■ **WORK REQUIRED**:
Please repeat the lines below, exactly and only, from the one that holds "e40 e17 -e43]" through the one that holds "e51 v39 v24 LINE".

■ **PROVIDED INFORMATION**:
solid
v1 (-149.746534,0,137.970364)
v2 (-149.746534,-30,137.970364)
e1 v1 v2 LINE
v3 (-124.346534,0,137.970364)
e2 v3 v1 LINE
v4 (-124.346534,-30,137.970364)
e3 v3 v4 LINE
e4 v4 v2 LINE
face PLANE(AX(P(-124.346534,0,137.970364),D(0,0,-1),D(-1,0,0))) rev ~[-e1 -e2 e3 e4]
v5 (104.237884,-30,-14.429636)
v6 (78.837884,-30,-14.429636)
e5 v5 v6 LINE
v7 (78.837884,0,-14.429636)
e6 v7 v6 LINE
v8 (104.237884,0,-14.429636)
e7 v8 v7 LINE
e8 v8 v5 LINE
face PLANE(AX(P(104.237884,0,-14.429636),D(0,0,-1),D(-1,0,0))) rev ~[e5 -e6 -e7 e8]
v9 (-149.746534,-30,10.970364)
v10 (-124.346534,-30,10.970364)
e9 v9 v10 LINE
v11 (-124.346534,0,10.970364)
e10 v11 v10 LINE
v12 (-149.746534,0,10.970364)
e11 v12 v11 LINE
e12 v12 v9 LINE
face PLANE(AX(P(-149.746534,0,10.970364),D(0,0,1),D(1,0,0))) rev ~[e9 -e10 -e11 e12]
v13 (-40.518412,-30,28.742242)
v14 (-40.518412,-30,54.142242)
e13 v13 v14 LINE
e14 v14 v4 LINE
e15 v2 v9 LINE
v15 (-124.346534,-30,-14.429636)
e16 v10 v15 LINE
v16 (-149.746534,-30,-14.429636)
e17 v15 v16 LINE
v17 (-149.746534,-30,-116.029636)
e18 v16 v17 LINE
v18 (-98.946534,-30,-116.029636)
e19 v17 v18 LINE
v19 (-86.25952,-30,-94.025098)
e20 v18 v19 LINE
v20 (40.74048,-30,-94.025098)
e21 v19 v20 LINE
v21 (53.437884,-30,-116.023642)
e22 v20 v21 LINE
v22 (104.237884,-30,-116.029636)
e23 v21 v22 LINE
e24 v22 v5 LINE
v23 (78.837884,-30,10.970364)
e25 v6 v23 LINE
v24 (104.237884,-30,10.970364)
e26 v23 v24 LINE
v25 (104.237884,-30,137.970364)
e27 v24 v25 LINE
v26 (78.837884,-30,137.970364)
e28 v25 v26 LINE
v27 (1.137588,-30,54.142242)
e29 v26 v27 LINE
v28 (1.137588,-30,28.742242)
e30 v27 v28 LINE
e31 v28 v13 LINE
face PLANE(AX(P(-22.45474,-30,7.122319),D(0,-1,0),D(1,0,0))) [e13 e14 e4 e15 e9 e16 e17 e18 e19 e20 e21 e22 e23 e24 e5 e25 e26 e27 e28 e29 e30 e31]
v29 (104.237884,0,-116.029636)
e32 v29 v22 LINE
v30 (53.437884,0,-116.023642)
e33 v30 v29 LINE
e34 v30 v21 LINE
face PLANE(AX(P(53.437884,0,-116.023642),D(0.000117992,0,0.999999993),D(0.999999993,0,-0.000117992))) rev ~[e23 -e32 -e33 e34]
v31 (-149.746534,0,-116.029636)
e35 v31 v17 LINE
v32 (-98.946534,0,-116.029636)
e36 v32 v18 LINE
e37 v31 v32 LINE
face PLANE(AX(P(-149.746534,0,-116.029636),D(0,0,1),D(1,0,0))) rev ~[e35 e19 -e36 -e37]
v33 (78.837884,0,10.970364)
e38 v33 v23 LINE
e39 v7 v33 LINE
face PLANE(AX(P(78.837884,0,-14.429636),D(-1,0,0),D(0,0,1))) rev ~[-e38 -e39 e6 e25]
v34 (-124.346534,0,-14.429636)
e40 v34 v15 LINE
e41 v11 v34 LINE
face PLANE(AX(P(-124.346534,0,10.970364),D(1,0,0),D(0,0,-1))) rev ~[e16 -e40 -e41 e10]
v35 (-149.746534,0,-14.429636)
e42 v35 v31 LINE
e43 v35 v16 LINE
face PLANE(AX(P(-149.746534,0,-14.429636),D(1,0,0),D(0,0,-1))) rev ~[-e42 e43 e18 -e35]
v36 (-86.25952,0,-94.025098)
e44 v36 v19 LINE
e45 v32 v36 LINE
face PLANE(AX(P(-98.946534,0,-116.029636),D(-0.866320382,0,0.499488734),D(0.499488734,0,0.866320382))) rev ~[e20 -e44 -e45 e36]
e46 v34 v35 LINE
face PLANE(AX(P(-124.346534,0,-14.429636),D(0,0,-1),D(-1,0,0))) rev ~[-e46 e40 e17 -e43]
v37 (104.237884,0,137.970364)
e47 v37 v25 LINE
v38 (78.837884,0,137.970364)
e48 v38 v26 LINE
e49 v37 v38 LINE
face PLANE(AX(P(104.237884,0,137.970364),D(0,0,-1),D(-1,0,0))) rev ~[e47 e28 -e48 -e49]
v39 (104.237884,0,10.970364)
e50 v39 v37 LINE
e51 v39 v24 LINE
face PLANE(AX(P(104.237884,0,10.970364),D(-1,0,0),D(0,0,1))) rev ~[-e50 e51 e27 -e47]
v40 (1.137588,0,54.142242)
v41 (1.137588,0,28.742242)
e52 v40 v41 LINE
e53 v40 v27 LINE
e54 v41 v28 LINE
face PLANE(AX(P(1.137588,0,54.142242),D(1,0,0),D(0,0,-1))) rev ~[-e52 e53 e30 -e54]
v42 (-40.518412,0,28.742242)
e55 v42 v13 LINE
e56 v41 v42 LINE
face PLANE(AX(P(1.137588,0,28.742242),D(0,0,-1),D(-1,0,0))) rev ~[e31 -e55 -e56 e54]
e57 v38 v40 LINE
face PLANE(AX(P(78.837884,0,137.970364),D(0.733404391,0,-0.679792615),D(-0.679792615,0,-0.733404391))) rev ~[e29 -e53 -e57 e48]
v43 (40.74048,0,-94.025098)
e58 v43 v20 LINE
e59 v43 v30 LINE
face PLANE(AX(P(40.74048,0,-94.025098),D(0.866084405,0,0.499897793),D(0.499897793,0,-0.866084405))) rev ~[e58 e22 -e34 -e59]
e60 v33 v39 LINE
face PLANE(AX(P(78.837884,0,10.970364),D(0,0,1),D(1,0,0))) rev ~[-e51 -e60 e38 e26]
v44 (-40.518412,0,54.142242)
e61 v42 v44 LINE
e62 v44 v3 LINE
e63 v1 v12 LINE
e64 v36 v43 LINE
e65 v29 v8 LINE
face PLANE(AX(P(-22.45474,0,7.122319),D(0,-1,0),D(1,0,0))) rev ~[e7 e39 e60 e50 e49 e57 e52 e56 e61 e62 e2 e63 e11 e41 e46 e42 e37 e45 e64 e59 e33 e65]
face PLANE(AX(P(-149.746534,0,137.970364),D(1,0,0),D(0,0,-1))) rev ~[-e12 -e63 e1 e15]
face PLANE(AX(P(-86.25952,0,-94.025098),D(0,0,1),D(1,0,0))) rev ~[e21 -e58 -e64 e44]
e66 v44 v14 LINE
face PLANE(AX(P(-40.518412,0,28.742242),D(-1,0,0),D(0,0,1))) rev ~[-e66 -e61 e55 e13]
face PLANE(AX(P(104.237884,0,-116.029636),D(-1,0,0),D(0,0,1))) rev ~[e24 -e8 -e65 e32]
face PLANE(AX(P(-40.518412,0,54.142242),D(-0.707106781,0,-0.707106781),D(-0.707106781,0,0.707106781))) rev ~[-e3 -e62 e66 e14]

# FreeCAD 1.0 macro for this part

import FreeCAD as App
import Part
import Sketcher
Q = App.Units.Quantity

doc = App.newDocument("Part")
body = doc.addObject("PartDesign::Body", "Body")

# Sketch on XZ plane
sketch1 = doc.addObject("Sketcher::SketchObject", "Sketch")
body.addObject(sketch1)
sketch1.AttachmentSupport = (doc.XZ_Plane, [""])
sketch1.MapMode = "FlatFace"
sketch1.addGeometry([
    Part.LineSegment(App.Vector(-124, 138, 0), App.Vector(-150, 138, 0)),  # 0
    Part.LineSegment(App.Vector(-150, 138, 0), App.Vector(-150, 11, 0)),  # 1
    Part.LineSegment(App.Vector(-150, 11, 0), App.Vector(-124, 11, 0)),  # 2
    Part.LineSegment(App.Vector(-124, 11, 0), App.Vector(-124, -14, 0)),  # 3
    Part.LineSegment(App.Vector(-124, -14, 0), App.Vector(-150, -14, 0)),  # 4
    Part.LineSegment(App.Vector(-150, -14, 0), App.Vector(-150, -116, 0)),  # 5
    Part.LineSegment(App.Vector(-150, -116, 0), App.Vector(-99, -116, 0)),  # 6
    Part.LineSegment(App.Vector(-99, -116, 0), App.Vector(-86, -94, 0)),  # 7
    Part.LineSegment(App.Vector(-86, -94, 0), App.Vector(41, -94, 0)),  # 8
    Part.LineSegment(App.Vector(41, -94, 0), App.Vector(53, -116, 0)),  # 9
    Part.LineSegment(App.Vector(53, -116, 0), App.Vector(104, -116, 0)),  # 10
    Part.LineSegment(App.Vector(104, -116, 0), App.Vector(104, -14, 0)),  # 11
    Part.LineSegment(App.Vector(104, -14, 0), App.Vector(79, -14, 0)),  # 12
    Part.LineSegment(App.Vector(79, -14, 0), App.Vector(79, 11, 0)),  # 13
    Part.LineSegment(App.Vector(79, 11, 0), App.Vector(104, 11, 0)),  # 14
    Part.LineSegment(App.Vector(104, 11, 0), App.Vector(104, 138, 0)),  # 15
    Part.LineSegment(App.Vector(104, 138, 0), App.Vector(79, 138, 0)),  # 16
    Part.LineSegment(App.Vector(79, 138, 0), App.Vector(1, 54, 0)),  # 17
    Part.LineSegment(App.Vector(1, 54, 0), App.Vector(1, 29, 0)),  # 18
    Part.LineSegment(App.Vector(1, 29, 0), App.Vector(-41, 29, 0)),  # 19
    Part.LineSegment(App.Vector(-41, 29, 0), App.Vector(-41, 54, 0)),  # 20
    Part.LineSegment(App.Vector(-41, 54, 0), App.Vector(-124, 138, 0)),  # 21
], False)
sketch1.addConstraint([
    Sketcher.Constraint("Coincident", 0, 2, 1, 1),
    Sketcher.Constraint("Coincident", 1, 2, 2, 1),
    Sketcher.Constraint("Coincident", 2, 2, 3, 1),
    Sketcher.Constraint("Coincident", 3, 2, 4, 1),
    Sketcher.Constraint("Coincident", 4, 2, 5, 1),
    Sketcher.Constraint("Coincident", 5, 2, 6, 1),
    Sketcher.Constraint("Coincident", 6, 2, 7, 1),
    Sketcher.Constraint("Coincident", 7, 2, 8, 1),
    Sketcher.Constraint("Coincident", 8, 2, 9, 1),
    Sketcher.Constraint("Coincident", 9, 2, 10, 1),
    Sketcher.Constraint("Coincident", 10, 2, 11, 1),
    Sketcher.Constraint("Coincident", 11, 2, 12, 1),
    Sketcher.Constraint("Coincident", 12, 2, 13, 1),
    Sketcher.Constraint("Coincident", 13, 2, 14, 1),
    Sketcher.Constraint("Coincident", 14, 2, 15, 1),
    Sketcher.Constraint("Coincident", 15, 2, 16, 1),
    Sketcher.Constraint("Coincident", 16, 2, 17, 1),
    Sketcher.Constraint("Coincident", 17, 2, 18, 1),
    Sketcher.Constraint("Coincident", 18, 2, 19, 1),
    Sketcher.Constraint("Coincident", 19, 2, 20, 1),
    Sketcher.Constraint("Coincident", 20, 2, 21, 1),
    Sketcher.Constraint("Coincident", 21, 2, 0, 1),
    Sketcher.Constraint("Horizontal", 0),
    Sketcher.Constraint("Vertical", 1),
    Sketcher.Constraint("Horizontal", 2),
    Sketcher.Constraint("Vertical", 3),
    Sketcher.Constraint("Horizontal", 4),
    Sketcher.Constraint("Vertical", 5),
    Sketcher.Constraint("Horizontal", 6),
    Sketcher.Constraint("Horizontal", 8),
    Sketcher.Constraint("Vertical", 11),
    Sketcher.Constraint("Horizontal", 12),
    Sketcher.Constraint("Vertical", 13),
    Sketcher.Constraint("Horizontal", 14),
    Sketcher.Constraint("Vertical", 15),
    Sketcher.Constraint("Horizontal", 16),
    Sketcher.Constraint("Vertical", 18),
    Sketcher.Constraint("Horizontal", 19),
    Sketcher.Constraint("Vertical", 20),
    Sketcher.Constraint("Horizontal", 6, 2, 10, 2),
    Sketcher.Constraint("Horizontal", 4, 2, 11, 2),
    Sketcher.Constraint("Horizontal", 2, 2, 13, 2),
    Sketcher.Constraint("Horizontal", 0, 2, 15, 2),
    Sketcher.Constraint("Horizontal", 17, 2, 20, 2),
    Sketcher.Constraint("Vertical", 1, 2, 4, 2),
    Sketcher.Constraint("Vertical", 11, 2, 14, 2),
    Sketcher.Constraint("Vertical", 13, 2, 16, 2),
    Sketcher.Constraint("Vertical", 3, 2, 21, 2),
    Sketcher.Constraint("Equal", 4, 12),
    Sketcher.Constraint("Equal", 8, 1),
    Sketcher.Constraint("Equal", 16, 3),
    Sketcher.Constraint("Equal", 13, 18),
    Sketcher.Constraint("Equal", 7, 9),
    Sketcher.Constraint("DistanceX", 0, 2, 0, 1, Q("1 in")),
    Sketcher.Constraint("DistanceX", 6, 1, 6, 2, Q("2 in")),
    Sketcher.Constraint("DistanceX", 8, 1, 8, 2, Q("5 in")),
    Sketcher.Constraint("DistanceY", 5, 2, 5, 1, Q("4 in")),
    Sketcher.Constraint("Distance", 7, Q("1 in")),
    Sketcher.Constraint("Distance", 10, Q("2 in")),
    Sketcher.Constraint("Angle", 21, Q("135 deg")),
    Sketcher.Constraint("Distance", 17, Q("4.5 in")),
    Sketcher.Constraint("DistanceX", 19, 2, 19, 1, Q("1.64 in")),
    Sketcher.Constraint("DistanceY", 7, 2, -1, 1, Q("94.025098 mm")),
    Sketcher.Constraint("DistanceX", 7, 2, -1, 1, Q("86.25952 mm")),
    Sketcher.Constraint("DistanceY", 9, 2, -1, 1, Q("116.023642 mm")),
    Sketcher.Constraint("DistanceX", 19, 2, -1, 1, Q("40.518412 mm")),
])
pad1 = doc.addObject("PartDesign::Pad", "Pad")
body.addObject(pad1)
pad1.Profile = sketch1
pad1.Length = 30

doc.recompute()
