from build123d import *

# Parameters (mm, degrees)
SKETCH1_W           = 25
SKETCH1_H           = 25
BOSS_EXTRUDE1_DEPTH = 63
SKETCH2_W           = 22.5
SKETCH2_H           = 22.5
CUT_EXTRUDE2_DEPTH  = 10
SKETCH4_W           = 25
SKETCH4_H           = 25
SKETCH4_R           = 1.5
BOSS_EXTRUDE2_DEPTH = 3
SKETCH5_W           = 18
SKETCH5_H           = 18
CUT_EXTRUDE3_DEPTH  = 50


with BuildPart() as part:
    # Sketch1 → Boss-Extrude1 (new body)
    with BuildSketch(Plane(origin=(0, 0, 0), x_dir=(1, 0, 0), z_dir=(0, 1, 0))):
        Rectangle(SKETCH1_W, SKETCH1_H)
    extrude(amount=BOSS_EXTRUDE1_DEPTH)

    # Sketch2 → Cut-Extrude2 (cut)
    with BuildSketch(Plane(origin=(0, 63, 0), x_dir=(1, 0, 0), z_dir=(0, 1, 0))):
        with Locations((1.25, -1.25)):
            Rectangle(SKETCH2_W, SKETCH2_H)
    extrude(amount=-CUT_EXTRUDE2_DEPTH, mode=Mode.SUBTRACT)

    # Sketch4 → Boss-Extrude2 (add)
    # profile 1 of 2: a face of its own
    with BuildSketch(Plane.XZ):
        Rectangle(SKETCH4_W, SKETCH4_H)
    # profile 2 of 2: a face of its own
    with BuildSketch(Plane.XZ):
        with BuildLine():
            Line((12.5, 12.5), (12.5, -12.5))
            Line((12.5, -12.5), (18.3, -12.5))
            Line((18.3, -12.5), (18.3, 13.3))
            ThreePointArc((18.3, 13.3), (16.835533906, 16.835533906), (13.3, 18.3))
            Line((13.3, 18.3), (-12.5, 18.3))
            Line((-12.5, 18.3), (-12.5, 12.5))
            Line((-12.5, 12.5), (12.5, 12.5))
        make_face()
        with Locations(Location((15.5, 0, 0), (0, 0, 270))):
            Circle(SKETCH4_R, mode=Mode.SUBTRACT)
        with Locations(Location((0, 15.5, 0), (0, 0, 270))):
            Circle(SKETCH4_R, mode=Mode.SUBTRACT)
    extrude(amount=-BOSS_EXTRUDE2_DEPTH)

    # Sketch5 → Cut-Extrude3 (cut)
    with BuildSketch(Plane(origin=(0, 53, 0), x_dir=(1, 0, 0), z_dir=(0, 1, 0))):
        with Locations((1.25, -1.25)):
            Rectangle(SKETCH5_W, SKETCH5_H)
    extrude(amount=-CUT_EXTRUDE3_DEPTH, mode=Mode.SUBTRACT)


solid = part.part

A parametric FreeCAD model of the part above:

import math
import FreeCAD as App
import Part
import Sketcher

V = App.Vector
Q = App.Units.Quantity

doc = App.newDocument("Part")
body = doc.addObject("PartDesign::Body", "Body")

# Sketch on XZ plane
sketch1 = doc.addObject("Sketcher::SketchObject", "Sketch")
body.addObject(sketch1)
sketch1.AttachmentSupport = (doc.XZ_Plane, [""])
sketch1.MapMode = "FlatFace"
sketch1.addGeometry([
    Part.LineSegment(V(-12, -12, 0), V(-12, 12, 0)),
    Part.LineSegment(V(-12, 12, 0), V(12, 12, 0)),
    Part.LineSegment(V(12, 12, 0), V(12, -12, 0)),
    Part.LineSegment(V(12, -12, 0), V(-12, -12, 0)),
], False)
sketch1.addConstraint([
    Sketcher.Constraint("Coincident", 0, 2, 1, 1),
    Sketcher.Constraint("Coincident", 1, 2, 2, 1),
    Sketcher.Constraint("Coincident", 2, 2, 3, 1),
    Sketcher.Constraint("Coincident", 3, 2, 0, 1),
    Sketcher.Constraint("Vertical", 0),
    Sketcher.Constraint("Horizontal", 1),
    Sketcher.Constraint("Vertical", 2),
    Sketcher.Constraint("Horizontal", 3),
    Sketcher.Constraint("Symmetric", 0, 2, 2, 2, -1, 1),
    Sketcher.Constraint("Equal", 3, 0),
    Sketcher.Constraint("DistanceX", 1, 1, 1, 2, Q("25 mm")),
])
pad1 = doc.addObject("PartDesign::Pad", "Pad")
body.addObject(pad1)
pad1.Profile = sketch1
pad1.Length = 63
pad1.Reversed = True

# Sketch on XZ plane
sketch2 = doc.addObject("Sketcher::SketchObject", "Sketch001")
body.addObject(sketch2)
sketch2.AttachmentSupport = (doc.XZ_Plane, [""])
sketch2.MapMode = "FlatFace"
sketch2.AttachmentOffset = App.Placement(V(0, 0, -63), App.Rotation())
sketch2.addGeometry([
    Part.LineSegment(V(-10, -10, 0), V(-10, 12, 0)),
    Part.LineSegment(V(-10, 12, 0), V(12, 12, 0)),
    Part.LineSegment(V(12, 12, 0), V(12, -10, 0)),
    Part.LineSegment(V(12, -10, 0), V(-10, -10, 0)),
], False)
sketch2.addConstraint([
    Sketcher.Constraint("Coincident", 0, 2, 1, 1),
    Sketcher.Constraint("Coincident", 1, 2, 2, 1),
    Sketcher.Constraint("Coincident", 2, 2, 3, 1),
    Sketcher.Constraint("Coincident", 3, 2, 0, 1),
    Sketcher.Constraint("Vertical", 0),
    Sketcher.Constraint("Horizontal", 1),
    Sketcher.Constraint("Vertical", 2),
    Sketcher.Constraint("Horizontal", 3),
    Sketcher.Constraint("Equal", 3, 0),
    Sketcher.Constraint("DistanceX", 1, 1, 1, 2, Q("22.5 mm")),
    Sketcher.Constraint("DistanceX", 0, 2, -1, 1, Q("10 mm")),
    Sketcher.Constraint("DistanceY", 2, 2, -1, 1, Q("10 mm")),
])
pocket1 = doc.addObject("PartDesign::Pocket", "Pocket")
body.addObject(pocket1)
pocket1.Profile = sketch2
pocket1.Length = 10
pocket1.Reversed = True

# Sketch on XZ plane
sketch3 = doc.addObject("Sketcher::SketchObject", "Sketch002")
body.addObject(sketch3)
sketch3.AttachmentSupport = (doc.XZ_Plane, [""])
sketch3.MapMode = "FlatFace"
sketch3.addGeometry([
    Part.LineSegment(V(-12.5, -12.5, 0), V(18.3, -12.5, 0)),  # 0
    Part.LineSegment(V(18.3, -12.5, 0), V(18.3, 13.3, 0)),  # 1
    Part.ArcOfCircle(Part.Circle(V(13.3, 13.3, 0), V(0, 0, 1), 5), math.radians(0), math.radians(90)),  # 2
    Part.LineSegment(V(13.3, 18.3, 0), V(-12.5, 18.3, 0)),  # 3
    Part.LineSegment(V(-12.5, 18.3, 0), V(-12.5, -12.5, 0)),  # 4
    Part.Circle(V(0, 15.5, 0), V(0, 0, 1), 1.5),  # 5
    Part.Circle(V(15.5, 0, 0), V(0, 0, 1), 1.5),  # 6
], False)
sketch3.addConstraint([
    Sketcher.Constraint("Coincident", 0, 2, 1, 1),
    Sketcher.Constraint("Tangent", 1, 2, 2, 1),
    Sketcher.Constraint("Tangent", 2, 2, 3, 1),
    Sketcher.Constraint("Coincident", 3, 2, 4, 1),
    Sketcher.Constraint("Coincident", 4, 2, 0, 1),
    Sketcher.Constraint("Horizontal", 0),
    Sketcher.Constraint("Vertical", 1),
    Sketcher.Constraint("Horizontal", 3),
    Sketcher.Constraint("Vertical", 4),
    Sketcher.Constraint("Equal", 5, 6),
    Sketcher.Constraint("PointOnObject", 5, 3, -2),
    Sketcher.Constraint("PointOnObject", 6, 3, -1),
    Sketcher.Constraint("Equal", 3, 1),
    Sketcher.Constraint("Diameter", 5, Q("3 mm")),
    Sketcher.Constraint("Radius", 2, Q("5 mm")),
    Sketcher.Constraint("DistanceX", 0, 1, 0, 2, Q("30.8 mm")),
    Sketcher.Constraint("DistanceY", 0, 2, 5, 3, Q("28 mm")),
    Sketcher.Constraint("DistanceX", 3, 2, 6, 3, Q("28 mm")),
    Sketcher.Constraint("DistanceX", -1, 1, 2, 3, Q("13.3 mm")),
    Sketcher.Constraint("DistanceY", -1, 1, 2, 3, Q("13.3 mm")),
])
pad2 = doc.addObject("PartDesign::Pad", "Pad001")
body.addObject(pad2)
pad2.Profile = sketch3
pad2.Length = 3
pad2.Reversed = True

# Sketch on XZ plane
sketch4 = doc.addObject("Sketcher::SketchObject", "Sketch003")
body.addObject(sketch4)
sketch4.AttachmentSupport = (doc.XZ_Plane, [""])
sketch4.MapMode = "FlatFace"
sketch4.AttachmentOffset = App.Placement(V(0, 0, -53), App.Rotation())
sketch4.addGeometry([
    Part.LineSegment(V(-8, -8, 0), V(-8, 10, 0)),
    Part.LineSegment(V(-8, 10, 0), V(10, 10, 0)),
    Part.LineSegment(V(10, 10, 0), V(10, -8, 0)),
    Part.LineSegment(V(10, -8, 0), V(-8, -8, 0)),
], False)
sketch4.addConstraint([
    Sketcher.Constraint("Coincident", 0, 2, 1, 1),
    Sketcher.Constraint("Coincident", 1, 2, 2, 1),
    Sketcher.Constraint("Coincident", 2, 2, 3, 1),
    Sketcher.Constraint("Coincident", 3, 2, 0, 1),
    Sketcher.Constraint("Vertical", 0),
    Sketcher.Constraint("Horizontal", 1),
    Sketcher.Constraint("Vertical", 2),
    Sketcher.Constraint("Horizontal", 3),
    Sketcher.Constraint("Equal", 3, 0),
    Sketcher.Constraint("DistanceX", 1, 1, 1, 2, Q("18 mm")),
    Sketcher.Constraint("DistanceX", 0, 2, -1, 1, Q("7.75 mm")),
    Sketcher.Constraint("DistanceY", -1, 1, 0, 2, Q("10.25 mm")),
])
pocket2 = doc.addObject("PartDesign::Pocket", "Pocket001")
body.addObject(pocket2)
pocket2.Profile = sketch4
pocket2.Length = 50
pocket2.Reversed = True

doc.recompute()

■ **ANSWER BOX**:
face PLANE(AX(P(-124.346534,0,-14.429636),D(0,0,-1),D(-1,0,0))) rev ~[-e46 e40 e17 -e43]
v37 (104.237884,0,137.970364)
e47 v37 v25 LINE
v38 (78.837884,0,137.970364)
e48 v38 v26 LINE
e49 v37 v38 LINE
face PLANE(AX(P(104.237884,0,137.970364),D(0,0,-1),D(-1,0,0))) rev ~[e47 e28 -e48 -e49]
v39 (104.237884,0,10.970364)
e50 v39 v37 LINE
e51 v39 v24 LINE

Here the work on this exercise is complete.